Task objective :: Reproduce the entries below exactly, but only from the line containing "#527=CARTESIAN_POINT('',(-50.,-20.,-45.));" to the line containing "#533=ADVANCED_BREP_SHAPE_REPRESENTATION('',(#532),#12);", inclusive.

------------------------------------------------

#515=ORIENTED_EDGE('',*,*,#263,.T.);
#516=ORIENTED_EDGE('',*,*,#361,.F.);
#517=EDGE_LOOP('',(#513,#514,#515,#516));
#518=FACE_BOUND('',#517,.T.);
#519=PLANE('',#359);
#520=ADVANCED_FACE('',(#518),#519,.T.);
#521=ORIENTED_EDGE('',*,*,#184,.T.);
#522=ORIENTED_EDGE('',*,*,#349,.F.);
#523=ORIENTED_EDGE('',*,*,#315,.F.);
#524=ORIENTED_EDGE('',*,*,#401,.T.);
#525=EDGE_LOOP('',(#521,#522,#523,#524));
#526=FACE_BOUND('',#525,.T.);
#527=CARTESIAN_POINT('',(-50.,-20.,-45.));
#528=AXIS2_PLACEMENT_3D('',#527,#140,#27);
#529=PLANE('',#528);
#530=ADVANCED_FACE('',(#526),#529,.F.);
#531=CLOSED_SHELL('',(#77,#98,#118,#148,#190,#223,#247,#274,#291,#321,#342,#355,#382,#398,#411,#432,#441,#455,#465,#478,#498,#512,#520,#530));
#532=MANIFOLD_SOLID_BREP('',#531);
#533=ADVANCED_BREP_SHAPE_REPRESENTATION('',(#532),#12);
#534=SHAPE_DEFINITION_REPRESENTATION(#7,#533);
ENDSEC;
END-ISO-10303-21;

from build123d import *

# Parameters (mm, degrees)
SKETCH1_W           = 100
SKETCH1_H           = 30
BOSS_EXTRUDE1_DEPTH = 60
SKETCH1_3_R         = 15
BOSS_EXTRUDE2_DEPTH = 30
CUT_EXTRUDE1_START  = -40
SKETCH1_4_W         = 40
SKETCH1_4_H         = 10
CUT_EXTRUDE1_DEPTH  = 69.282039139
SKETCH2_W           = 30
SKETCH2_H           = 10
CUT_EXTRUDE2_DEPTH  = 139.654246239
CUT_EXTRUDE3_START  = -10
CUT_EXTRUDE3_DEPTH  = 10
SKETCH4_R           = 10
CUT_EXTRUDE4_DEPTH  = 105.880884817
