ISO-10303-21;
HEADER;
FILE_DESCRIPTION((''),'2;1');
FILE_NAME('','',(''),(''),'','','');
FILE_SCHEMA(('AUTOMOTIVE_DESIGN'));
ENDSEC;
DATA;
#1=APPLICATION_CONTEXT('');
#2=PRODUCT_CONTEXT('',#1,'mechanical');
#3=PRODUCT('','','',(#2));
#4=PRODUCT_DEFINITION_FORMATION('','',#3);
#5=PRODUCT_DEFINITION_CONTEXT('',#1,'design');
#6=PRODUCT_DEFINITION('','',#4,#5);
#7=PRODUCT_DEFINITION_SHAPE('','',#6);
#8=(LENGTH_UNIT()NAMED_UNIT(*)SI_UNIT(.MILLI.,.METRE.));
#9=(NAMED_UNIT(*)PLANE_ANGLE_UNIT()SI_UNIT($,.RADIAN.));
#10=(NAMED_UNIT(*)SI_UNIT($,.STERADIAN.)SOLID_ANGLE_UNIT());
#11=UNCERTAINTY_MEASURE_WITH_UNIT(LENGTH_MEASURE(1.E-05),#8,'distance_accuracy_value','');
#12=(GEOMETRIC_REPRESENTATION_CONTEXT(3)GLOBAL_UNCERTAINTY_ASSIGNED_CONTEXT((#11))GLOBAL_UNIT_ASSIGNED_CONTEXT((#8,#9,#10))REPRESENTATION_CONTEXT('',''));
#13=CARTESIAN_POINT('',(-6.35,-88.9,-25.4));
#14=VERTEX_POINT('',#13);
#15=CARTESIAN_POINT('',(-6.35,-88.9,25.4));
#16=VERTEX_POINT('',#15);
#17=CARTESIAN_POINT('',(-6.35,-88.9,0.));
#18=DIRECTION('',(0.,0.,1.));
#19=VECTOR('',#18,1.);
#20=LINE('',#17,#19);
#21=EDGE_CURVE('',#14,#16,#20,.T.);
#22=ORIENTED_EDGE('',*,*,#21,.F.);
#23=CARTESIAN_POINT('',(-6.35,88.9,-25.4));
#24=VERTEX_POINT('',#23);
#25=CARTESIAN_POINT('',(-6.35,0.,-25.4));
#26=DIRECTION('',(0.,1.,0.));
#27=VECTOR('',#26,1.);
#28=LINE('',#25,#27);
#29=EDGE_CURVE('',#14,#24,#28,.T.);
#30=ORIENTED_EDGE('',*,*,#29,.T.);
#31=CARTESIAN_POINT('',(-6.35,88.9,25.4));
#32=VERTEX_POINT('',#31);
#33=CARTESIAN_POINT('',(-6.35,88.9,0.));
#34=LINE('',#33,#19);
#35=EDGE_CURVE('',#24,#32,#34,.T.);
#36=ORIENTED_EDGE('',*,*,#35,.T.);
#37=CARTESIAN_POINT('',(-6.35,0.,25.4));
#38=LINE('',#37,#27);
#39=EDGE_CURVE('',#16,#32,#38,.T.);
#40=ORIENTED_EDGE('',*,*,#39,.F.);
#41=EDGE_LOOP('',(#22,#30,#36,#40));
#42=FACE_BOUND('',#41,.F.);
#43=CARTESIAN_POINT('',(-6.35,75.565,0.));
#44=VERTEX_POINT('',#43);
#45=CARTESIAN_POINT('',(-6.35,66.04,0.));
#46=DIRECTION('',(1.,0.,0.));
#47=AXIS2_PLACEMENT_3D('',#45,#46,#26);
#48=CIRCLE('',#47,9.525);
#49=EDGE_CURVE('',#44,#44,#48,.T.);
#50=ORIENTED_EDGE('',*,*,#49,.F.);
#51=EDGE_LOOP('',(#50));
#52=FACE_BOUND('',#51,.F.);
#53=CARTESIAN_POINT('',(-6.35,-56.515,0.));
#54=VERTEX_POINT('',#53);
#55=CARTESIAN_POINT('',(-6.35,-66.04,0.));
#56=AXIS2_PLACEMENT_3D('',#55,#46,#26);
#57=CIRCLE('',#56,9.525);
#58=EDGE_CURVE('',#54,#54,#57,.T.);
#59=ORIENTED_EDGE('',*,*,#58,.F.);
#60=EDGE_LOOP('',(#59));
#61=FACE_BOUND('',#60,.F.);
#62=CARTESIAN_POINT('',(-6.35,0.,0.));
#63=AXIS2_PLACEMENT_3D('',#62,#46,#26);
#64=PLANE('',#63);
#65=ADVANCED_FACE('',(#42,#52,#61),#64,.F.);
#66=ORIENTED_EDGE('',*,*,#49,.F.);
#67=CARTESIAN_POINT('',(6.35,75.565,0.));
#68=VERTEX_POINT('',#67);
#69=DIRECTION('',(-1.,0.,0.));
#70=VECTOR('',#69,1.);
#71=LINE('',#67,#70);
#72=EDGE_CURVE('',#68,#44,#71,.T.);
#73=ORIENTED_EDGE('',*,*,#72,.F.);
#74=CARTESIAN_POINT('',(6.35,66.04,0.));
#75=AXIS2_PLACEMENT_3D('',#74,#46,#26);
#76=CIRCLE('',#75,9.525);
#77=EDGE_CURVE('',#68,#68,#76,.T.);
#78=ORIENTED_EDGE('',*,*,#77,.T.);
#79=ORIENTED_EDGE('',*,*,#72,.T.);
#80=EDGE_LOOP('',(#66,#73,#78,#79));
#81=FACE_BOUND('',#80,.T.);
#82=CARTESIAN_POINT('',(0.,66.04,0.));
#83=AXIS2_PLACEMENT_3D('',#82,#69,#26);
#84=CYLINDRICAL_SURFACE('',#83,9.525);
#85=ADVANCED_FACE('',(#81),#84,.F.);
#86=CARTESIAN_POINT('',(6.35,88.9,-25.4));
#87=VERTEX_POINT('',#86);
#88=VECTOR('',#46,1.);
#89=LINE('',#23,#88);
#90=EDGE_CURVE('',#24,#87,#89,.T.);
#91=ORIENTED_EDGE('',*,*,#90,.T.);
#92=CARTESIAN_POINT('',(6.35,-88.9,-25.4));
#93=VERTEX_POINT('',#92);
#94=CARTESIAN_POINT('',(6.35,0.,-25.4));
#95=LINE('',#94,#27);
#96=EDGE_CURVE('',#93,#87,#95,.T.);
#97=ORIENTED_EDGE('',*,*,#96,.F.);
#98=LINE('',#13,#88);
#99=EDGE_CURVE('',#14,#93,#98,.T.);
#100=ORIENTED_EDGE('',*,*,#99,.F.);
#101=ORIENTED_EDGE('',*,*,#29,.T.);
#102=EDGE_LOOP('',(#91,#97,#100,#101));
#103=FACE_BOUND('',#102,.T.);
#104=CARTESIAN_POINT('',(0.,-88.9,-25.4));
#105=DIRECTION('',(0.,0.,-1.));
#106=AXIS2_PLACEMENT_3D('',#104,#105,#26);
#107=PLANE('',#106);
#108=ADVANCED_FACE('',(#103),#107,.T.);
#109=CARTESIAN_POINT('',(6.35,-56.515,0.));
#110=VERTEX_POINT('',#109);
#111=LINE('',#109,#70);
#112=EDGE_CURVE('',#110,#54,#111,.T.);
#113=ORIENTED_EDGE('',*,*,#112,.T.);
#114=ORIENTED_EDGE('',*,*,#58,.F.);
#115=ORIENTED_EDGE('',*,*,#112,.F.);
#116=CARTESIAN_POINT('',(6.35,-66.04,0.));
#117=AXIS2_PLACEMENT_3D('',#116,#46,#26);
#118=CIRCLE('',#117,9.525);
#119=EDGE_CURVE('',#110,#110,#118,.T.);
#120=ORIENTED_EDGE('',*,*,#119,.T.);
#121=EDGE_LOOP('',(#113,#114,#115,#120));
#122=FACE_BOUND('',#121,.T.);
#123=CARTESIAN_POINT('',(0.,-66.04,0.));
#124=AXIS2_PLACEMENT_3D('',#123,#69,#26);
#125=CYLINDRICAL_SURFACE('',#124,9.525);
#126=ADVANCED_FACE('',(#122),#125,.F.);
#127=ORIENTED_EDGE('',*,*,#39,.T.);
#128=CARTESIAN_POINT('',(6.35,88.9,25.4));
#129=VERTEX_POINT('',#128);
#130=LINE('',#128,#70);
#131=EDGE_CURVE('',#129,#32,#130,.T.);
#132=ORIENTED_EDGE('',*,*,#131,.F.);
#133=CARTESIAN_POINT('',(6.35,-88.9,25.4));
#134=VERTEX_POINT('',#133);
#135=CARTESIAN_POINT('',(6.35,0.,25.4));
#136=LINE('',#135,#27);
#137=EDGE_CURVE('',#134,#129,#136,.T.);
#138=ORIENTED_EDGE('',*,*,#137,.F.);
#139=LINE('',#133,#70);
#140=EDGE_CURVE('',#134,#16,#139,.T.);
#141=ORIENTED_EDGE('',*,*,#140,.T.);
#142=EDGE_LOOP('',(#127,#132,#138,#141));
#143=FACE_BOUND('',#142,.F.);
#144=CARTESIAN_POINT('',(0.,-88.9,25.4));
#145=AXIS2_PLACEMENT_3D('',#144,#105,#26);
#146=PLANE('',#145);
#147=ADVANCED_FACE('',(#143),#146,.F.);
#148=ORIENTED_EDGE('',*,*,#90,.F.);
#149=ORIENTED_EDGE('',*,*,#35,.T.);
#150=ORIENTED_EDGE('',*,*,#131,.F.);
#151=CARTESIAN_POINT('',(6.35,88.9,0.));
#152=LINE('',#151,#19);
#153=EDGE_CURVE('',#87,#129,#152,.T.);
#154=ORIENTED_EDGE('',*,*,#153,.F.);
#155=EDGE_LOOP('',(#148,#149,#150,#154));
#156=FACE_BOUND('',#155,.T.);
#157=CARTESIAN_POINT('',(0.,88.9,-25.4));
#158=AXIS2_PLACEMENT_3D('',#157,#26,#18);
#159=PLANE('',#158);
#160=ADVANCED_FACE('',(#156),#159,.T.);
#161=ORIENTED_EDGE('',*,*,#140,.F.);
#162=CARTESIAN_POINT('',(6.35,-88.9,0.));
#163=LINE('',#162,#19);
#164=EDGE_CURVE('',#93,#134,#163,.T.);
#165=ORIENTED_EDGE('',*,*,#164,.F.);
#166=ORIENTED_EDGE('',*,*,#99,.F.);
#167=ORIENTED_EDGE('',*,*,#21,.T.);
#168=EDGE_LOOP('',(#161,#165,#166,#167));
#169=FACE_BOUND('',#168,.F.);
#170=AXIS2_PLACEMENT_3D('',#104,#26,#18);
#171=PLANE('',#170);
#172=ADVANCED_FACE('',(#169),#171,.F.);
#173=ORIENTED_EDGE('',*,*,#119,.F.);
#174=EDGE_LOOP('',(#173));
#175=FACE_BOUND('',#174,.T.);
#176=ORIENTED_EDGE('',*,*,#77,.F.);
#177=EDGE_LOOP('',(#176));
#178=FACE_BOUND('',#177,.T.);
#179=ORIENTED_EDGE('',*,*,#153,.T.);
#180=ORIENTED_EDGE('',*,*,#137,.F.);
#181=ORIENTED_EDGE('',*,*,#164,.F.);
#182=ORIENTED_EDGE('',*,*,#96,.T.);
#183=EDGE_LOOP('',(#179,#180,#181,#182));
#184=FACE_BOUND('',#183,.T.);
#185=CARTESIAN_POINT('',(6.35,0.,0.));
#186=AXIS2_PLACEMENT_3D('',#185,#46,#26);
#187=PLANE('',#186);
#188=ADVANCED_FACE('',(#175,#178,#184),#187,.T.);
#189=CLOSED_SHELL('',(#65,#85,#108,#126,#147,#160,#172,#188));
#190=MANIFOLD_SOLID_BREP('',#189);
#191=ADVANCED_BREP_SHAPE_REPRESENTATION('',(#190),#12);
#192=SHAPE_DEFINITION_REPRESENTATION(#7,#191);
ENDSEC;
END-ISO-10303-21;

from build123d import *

# Parameters (mm, degrees)
F0_W     = 177.8
F0_H     = 50.8
F0_R     = 9.525
F1_DEPTH = 6.35


with BuildPart() as f1:
    # F0 (on Right) → F1 (new body, symmetric)
    with BuildSketch(Plane.YZ):
        Rectangle(F0_W, F0_H)
        with Locations((-66.04, 0)):
            Circle(F0_R, mode=Mode.SUBTRACT)
        with Locations((66.04, 0)):
            Circle(F0_R, mode=Mode.SUBTRACT)
    extrude(amount=F1_DEPTH, both=True)


solid = f1.part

------------------------------------------------

Answer to this problem ::
#527=CARTESIAN_POINT('',(-50.,-20.,-45.));
#528=AXIS2_PLACEMENT_3D('',#527,#140,#27);
#529=PLANE('',#528);
#530=ADVANCED_FACE('',(#526),#529,.F.);
#531=CLOSED_SHELL('',(#77,#98,#118,#148,#190,#223,#247,#274,#291,#321,#342,#355,#382,#398,#411,#432,#441,#455,#465,#478,#498,#512,#520,#530));
#532=MANIFOLD_SOLID_BREP('',#531);
#533=ADVANCED_BREP_SHAPE_REPRESENTATION('',(#532),#12);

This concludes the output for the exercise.